Let's use an actual IELTS prompt to make this concrete.

Prompt: "Some people believe that technology is making communication easier. Others argue it makes us more isolated. Discuss both views and give your own opinion."

Comparison 1: The Recycled Phone Example

Weak: "Technology has made communication easier. For example, people can now use phones to talk to each other. With smartphones, you can call anyone in the world. This shows that technology helps communication."

What's the problem? You've said the same thing four different ways. Phone, call, smartphones, talk. These aren't variations on an idea. They're just rephrasing the same sentence. There's no depth, no specificity, nothing that suggests real thinking.

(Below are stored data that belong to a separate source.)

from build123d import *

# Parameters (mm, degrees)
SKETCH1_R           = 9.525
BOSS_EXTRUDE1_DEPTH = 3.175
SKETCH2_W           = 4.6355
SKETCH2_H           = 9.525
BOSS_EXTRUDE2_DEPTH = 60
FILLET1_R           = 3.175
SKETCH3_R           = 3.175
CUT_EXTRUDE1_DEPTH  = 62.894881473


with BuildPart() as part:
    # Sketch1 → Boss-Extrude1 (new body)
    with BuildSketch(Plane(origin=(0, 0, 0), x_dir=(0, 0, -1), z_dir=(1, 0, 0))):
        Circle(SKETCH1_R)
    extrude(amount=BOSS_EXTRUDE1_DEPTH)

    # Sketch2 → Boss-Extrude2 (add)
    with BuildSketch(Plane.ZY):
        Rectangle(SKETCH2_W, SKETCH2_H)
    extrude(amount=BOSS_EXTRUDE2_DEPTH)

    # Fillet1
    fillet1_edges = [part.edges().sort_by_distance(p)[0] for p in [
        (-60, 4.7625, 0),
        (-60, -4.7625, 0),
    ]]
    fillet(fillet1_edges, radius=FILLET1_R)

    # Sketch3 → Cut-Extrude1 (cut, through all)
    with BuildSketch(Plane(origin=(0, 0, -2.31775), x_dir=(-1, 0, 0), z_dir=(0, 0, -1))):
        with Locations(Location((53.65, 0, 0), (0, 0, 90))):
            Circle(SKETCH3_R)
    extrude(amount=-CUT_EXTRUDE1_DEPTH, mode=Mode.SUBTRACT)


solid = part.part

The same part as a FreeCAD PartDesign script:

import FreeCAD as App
import Part
import Sketcher
Q = App.Units.Quantity


def edges_at(feature, points):
    """Names of the edges that pass closest to the given points."""
    edges = feature.Shape.Edges
    near = lambda p: min(range(len(edges)), key=lambda i: edges[i].distToShape(Part.Vertex(*p))[0])
    return sorted({f"Edge{near(p) + 1}" for p in points})


def add_polygon(sketch, points):
    """Adds a closed chain of lines whose ends are joined by coincident constraints."""
    first, n = sketch.GeometryCount, len(points)
    for a, b in zip(points, points[1:] + points[:1]):
        sketch.addGeometry(Part.LineSegment(App.Vector(*a, 0), App.Vector(*b, 0)), False)
    for i in range(n):
        sketch.addConstraint(Sketcher.Constraint("Coincident", first + i, 2, first + (i + 1) % n, 1))

doc = App.newDocument("Part")
body = doc.addObject("PartDesign::Body", "Body")

# Sketch on YZ plane
sketch1 = body.newObject("Sketcher::SketchObject", "Sketch")
sketch1.AttachmentSupport = (doc.getObject("YZ_Plane"), [""])
sketch1.MapMode = "FlatFace"
sketch1.addGeometry(Part.Circle(App.Vector(0, 0, 0), App.Vector(0, 0, 1), 10), False)
sketch1.addConstraint([
    Sketcher.Constraint("Coincident", 0, 3, -1, 1),
    Sketcher.Constraint("Diameter", 0, Q("0.75 in")),
])
pad1 = body.newObject("PartDesign::Pad", "Pad")
pad1.Profile = sketch1
pad1.Length = Q("0.125 in")

# Sketch on YZ plane
sketch2 = body.newObject("Sketcher::SketchObject", "Sketch001")
sketch2.AttachmentSupport = (doc.getObject("YZ_Plane"), [""])
sketch2.MapMode = "FlatFace"
add_polygon(sketch2, [(4.8, -2.3), (-4.8, -2.3), (-4.8, 2.3), (4.8, 2.3)])  # lines 0-3
sketch2.addConstraint([
    Sketcher.Constraint("Horizontal", 0),
    Sketcher.Constraint("Vertical", 1),
    Sketcher.Constraint("Horizontal", 2),
    Sketcher.Constraint("Vertical", 3),
    Sketcher.Constraint("Symmetric", 0, 2, 2, 2, -1, 1),
    Sketcher.Constraint("DistanceX", 0, 2, 0, 1, Q("0.375 in")),
    Sketcher.Constraint("DistanceY", 1, 1, 1, 2, Q("0.1825 in")),
])
pad2 = body.newObject("PartDesign::Pad", "Pad001")
pad2.Profile = sketch2
pad2.Length = 60
pad2.Reversed = True
doc.recompute()

fillet = body.newObject("PartDesign::Fillet", "Fillet")
fillet.Base = (pad2, edges_at(pad2, [(-60, 4.763, 0), (-60, -4.763, 0)]))
fillet.Radius = Q("0.125 in")

# Sketch on XY plane
sketch3 = body.newObject("Sketcher::SketchObject", "Sketch002")
sketch3.AttachmentSupport = (doc.getObject("XY_Plane"), [""])
sketch3.MapMode = "FlatFace"
sketch3.AttachmentOffset = App.Placement(App.Vector(0, 0, -2.31775), App.Rotation())
sketch3.addGeometry(Part.Circle(App.Vector(-53.6, 0, 0), App.Vector(0, 0, 1), 3.2), False)
sketch3.addConstraint([
    Sketcher.Constraint("PointOnObject", 0, 3, -1),
    Sketcher.Constraint("Diameter", 0, Q("0.25 in")),
    Sketcher.Constraint("DistanceX", 0, 3, -1, 1, Q("53.65 mm")),
])
pocket1 = body.newObject("PartDesign::Pocket", "Pocket")
pocket1.Profile = sketch3
pocket1.Type = "ThroughAll"
pocket1.Reversed = True

doc.recompute()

Strong: "Technology has democratized real-time communication across continents. A software engineer in Toronto can now collaborate with a team in Mumbai through shared video calls and instant messaging, eliminating delays that would have required weeks of postal correspondence a generation ago. However, this same engineer might struggle with face-to-face communication in their local community because synchronous digital interaction becomes their default."

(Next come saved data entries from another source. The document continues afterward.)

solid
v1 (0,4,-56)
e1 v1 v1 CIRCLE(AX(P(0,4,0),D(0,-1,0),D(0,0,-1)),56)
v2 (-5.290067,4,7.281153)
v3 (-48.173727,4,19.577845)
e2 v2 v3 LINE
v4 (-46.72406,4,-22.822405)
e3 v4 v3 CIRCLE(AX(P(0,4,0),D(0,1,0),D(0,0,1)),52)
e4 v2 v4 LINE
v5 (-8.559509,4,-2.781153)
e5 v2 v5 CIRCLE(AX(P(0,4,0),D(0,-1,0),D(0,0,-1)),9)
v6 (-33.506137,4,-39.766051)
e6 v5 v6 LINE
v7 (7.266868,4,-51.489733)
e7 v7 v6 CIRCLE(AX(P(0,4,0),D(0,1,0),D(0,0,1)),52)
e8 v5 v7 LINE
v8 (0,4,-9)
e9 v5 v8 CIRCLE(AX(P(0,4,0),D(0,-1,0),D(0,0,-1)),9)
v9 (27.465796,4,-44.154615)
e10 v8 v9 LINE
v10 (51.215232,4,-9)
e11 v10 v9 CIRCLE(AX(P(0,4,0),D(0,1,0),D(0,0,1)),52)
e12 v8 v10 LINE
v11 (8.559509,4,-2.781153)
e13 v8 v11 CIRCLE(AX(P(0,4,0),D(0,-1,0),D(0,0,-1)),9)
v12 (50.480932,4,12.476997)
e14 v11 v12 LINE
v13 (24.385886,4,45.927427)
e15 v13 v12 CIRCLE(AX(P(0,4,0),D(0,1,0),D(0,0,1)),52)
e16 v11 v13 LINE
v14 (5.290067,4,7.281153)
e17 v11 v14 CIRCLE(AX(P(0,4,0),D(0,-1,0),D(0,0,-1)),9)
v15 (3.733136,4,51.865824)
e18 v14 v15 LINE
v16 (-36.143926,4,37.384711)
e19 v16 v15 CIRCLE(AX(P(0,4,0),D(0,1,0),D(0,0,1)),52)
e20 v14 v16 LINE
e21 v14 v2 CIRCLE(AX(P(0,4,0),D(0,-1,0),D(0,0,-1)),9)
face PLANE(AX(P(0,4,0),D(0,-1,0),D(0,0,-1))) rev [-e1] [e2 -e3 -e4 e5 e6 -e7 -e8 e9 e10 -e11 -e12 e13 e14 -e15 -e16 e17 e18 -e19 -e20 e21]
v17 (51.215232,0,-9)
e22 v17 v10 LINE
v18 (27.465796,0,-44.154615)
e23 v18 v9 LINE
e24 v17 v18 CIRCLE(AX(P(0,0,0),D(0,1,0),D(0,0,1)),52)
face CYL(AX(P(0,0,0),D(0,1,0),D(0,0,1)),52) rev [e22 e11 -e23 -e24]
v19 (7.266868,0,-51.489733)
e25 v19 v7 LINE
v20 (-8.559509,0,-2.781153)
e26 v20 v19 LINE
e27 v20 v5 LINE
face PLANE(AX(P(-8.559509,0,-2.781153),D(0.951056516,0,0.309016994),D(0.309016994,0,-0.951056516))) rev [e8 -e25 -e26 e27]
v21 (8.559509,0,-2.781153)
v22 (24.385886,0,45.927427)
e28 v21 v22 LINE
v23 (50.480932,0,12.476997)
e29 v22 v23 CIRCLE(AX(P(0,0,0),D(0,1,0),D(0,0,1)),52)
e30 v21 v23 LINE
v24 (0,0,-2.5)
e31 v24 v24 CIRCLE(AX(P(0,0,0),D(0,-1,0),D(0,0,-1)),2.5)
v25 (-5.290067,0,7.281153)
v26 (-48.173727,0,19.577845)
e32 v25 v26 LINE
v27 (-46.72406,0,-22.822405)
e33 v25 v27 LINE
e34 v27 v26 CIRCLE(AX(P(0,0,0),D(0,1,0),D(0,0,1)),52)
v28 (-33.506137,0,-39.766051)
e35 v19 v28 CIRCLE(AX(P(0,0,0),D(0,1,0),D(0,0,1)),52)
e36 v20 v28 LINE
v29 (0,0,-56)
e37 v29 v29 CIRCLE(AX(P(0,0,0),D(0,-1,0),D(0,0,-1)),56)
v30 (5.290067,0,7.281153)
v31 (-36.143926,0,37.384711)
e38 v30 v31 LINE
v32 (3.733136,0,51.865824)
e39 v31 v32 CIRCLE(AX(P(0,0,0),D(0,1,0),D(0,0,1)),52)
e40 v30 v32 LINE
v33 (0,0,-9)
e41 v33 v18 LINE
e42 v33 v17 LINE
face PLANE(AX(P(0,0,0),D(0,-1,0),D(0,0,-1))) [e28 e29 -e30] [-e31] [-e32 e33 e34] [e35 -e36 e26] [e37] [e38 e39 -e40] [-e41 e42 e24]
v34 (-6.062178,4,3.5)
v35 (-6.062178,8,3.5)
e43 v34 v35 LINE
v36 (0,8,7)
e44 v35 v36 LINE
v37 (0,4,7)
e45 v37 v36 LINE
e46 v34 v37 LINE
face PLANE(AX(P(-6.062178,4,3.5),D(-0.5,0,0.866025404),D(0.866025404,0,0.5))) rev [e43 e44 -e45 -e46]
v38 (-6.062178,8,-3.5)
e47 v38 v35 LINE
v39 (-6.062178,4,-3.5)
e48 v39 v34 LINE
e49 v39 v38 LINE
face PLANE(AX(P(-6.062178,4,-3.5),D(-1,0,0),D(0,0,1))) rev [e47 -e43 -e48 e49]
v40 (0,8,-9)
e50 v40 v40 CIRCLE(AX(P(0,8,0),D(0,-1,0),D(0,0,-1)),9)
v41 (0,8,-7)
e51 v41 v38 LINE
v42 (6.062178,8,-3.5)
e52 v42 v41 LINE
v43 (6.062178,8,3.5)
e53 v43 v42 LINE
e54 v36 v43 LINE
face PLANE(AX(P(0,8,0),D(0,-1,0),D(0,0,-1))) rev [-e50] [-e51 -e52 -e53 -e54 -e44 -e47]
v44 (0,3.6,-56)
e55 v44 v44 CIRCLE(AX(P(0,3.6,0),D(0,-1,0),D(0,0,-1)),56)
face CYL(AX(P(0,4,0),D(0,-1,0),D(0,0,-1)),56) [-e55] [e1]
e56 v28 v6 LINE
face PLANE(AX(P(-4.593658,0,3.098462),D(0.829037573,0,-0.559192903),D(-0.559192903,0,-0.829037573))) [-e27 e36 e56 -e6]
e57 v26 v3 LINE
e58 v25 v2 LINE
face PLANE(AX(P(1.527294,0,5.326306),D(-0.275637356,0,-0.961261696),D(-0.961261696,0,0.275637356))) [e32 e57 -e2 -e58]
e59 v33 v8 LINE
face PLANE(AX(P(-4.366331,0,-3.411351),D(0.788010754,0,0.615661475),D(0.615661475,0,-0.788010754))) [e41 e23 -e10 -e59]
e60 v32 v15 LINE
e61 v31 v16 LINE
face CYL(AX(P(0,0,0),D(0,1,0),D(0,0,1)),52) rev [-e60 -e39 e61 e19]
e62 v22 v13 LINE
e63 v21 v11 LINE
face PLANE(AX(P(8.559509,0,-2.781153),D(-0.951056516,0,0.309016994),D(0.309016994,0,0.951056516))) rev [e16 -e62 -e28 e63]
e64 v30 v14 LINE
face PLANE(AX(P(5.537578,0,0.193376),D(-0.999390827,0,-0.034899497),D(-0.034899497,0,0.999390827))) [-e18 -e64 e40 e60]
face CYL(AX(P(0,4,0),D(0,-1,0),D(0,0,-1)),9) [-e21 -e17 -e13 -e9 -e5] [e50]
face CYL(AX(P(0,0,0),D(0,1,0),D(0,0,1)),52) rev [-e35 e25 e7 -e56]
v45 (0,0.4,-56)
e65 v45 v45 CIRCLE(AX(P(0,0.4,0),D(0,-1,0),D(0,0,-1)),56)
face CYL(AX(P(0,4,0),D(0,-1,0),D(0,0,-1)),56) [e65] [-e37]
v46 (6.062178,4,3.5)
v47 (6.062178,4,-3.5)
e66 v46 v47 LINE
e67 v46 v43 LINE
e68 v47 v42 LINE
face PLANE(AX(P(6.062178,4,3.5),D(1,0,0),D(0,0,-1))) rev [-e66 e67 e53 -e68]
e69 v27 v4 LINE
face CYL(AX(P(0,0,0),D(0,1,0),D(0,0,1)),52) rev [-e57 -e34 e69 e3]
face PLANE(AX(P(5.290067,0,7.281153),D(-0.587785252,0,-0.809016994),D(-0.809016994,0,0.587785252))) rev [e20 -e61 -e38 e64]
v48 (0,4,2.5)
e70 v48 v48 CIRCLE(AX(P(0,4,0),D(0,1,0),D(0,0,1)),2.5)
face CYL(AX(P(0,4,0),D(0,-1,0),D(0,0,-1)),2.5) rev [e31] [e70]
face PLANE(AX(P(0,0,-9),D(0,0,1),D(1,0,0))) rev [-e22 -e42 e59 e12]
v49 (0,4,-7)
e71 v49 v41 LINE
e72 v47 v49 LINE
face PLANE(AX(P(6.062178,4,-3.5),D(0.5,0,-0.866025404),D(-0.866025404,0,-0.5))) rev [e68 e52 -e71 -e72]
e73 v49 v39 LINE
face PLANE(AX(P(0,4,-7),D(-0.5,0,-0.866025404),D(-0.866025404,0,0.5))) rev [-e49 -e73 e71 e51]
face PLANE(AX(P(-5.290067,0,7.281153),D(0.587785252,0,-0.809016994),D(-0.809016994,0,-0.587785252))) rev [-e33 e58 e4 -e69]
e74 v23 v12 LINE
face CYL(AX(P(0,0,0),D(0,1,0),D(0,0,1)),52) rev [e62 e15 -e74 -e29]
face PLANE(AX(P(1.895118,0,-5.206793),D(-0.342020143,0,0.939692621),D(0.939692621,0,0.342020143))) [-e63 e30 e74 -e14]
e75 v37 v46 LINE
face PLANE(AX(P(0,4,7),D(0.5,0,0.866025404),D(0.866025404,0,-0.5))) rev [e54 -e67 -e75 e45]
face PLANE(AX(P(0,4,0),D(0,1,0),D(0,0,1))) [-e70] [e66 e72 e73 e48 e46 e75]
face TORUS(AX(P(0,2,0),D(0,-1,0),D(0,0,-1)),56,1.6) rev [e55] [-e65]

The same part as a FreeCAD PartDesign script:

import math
import FreeCAD as App
import Part
import Sketcher

V = App.Vector
Q = App.Units.Quantity


def add_polygon(sketch, points):
    """Adds a closed chain of lines whose ends are joined by coincident constraints."""
    first, n = sketch.GeometryCount, len(points)
    for a, b in zip(points, points[1:] + points[:1]):
        sketch.addGeometry(Part.LineSegment(App.Vector(*a, 0), App.Vector(*b, 0)), False)
    for i in range(n):
        sketch.addConstraint(Sketcher.Constraint("Coincident", first + i, 2, first + (i + 1) % n, 1))

doc = App.newDocument("Part")
body = doc.addObject("PartDesign::Body", "Body")

sketch1 = body.newObject("Sketcher::SketchObject", "Sketch")
sketch1.AttachmentSupport = (doc.getObject("XY_Plane"), [""])
sketch1.MapMode = "FlatFace"
sketch1.addGeometry([
    Part.LineSegment(V(9, 8, 0), V(2.5, 8, 0)),
    Part.LineSegment(V(2.5, 8, 0), V(2.5, 0, 0)),
    Part.LineSegment(V(2.5, 0, 0), V(56, 0, 0)),
    Part.LineSegment(V(56, 0, 0), V(56, 0.4, 0)),
    Part.ArcOfCircle(Part.Circle(V(56, 2, 0), V(0, 0, 1), 1.6), math.radians(90), math.radians(270)),
    Part.LineSegment(V(56, 3.6, 0), V(56, 4, 0)),
    Part.LineSegment(V(56, 4, 0), V(9, 4, 0)),
    Part.LineSegment(V(9, 4, 0), V(9, 8, 0)),
], False)
sketch1.addConstraint([
    Sketcher.Constraint("Coincident", 0, 2, 1, 1),
    Sketcher.Constraint("Coincident", 1, 2, 2, 1),
    Sketcher.Constraint("Coincident", 2, 2, 3, 1),
    Sketcher.Constraint("Coincident", 3, 2, 4, 2),
    Sketcher.Constraint("Coincident", 4, 1, 5, 1),
    Sketcher.Constraint("Coincident", 5, 2, 6, 1),
    Sketcher.Constraint("Coincident", 6, 2, 7, 1),
    Sketcher.Constraint("Coincident", 7, 2, 0, 1),
    Sketcher.Constraint("Horizontal", 0),
    Sketcher.Constraint("Vertical", 1),
    Sketcher.Constraint("Horizontal", 2),
    Sketcher.Constraint("Vertical", 3),
    Sketcher.Constraint("Vertical", 5),
    Sketcher.Constraint("Horizontal", 6),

The difference is immediate. Specific locations (Toronto, Mumbai). Concrete time comparisons (weeks of postal correspondence). A real counterpoint that shows you're thinking critically. That's what development looks like.

Comparison 2: The Generic "Social Media" Trap

Weak: "Social media is bad for communication. People use social media every day. But social media makes people lonely. For example, someone might spend hours on social media instead of talking to friends. This proves that social media isolates people."

The issue: "someone" isn't an example. It's a placeholder. You've used "social media" five times in four sentences. You're circling the idea without actually landing anywhere.

Strong: "Paradoxically, high social media engagement often correlates with reported loneliness. Research from the University of Pennsylvania found that users limiting Instagram and TikTok to 30 minutes daily reported improved mood compared to heavy users, suggesting that algorithmic feeds prioritize engagement over meaningful exchange, replacing substantive conversation with brief notifications."

Now you've got: a research source, specific platforms, measurable time limits, actual measurable outcomes, and an explanation of why it matters. You're not just asserting something. You're evidencing it.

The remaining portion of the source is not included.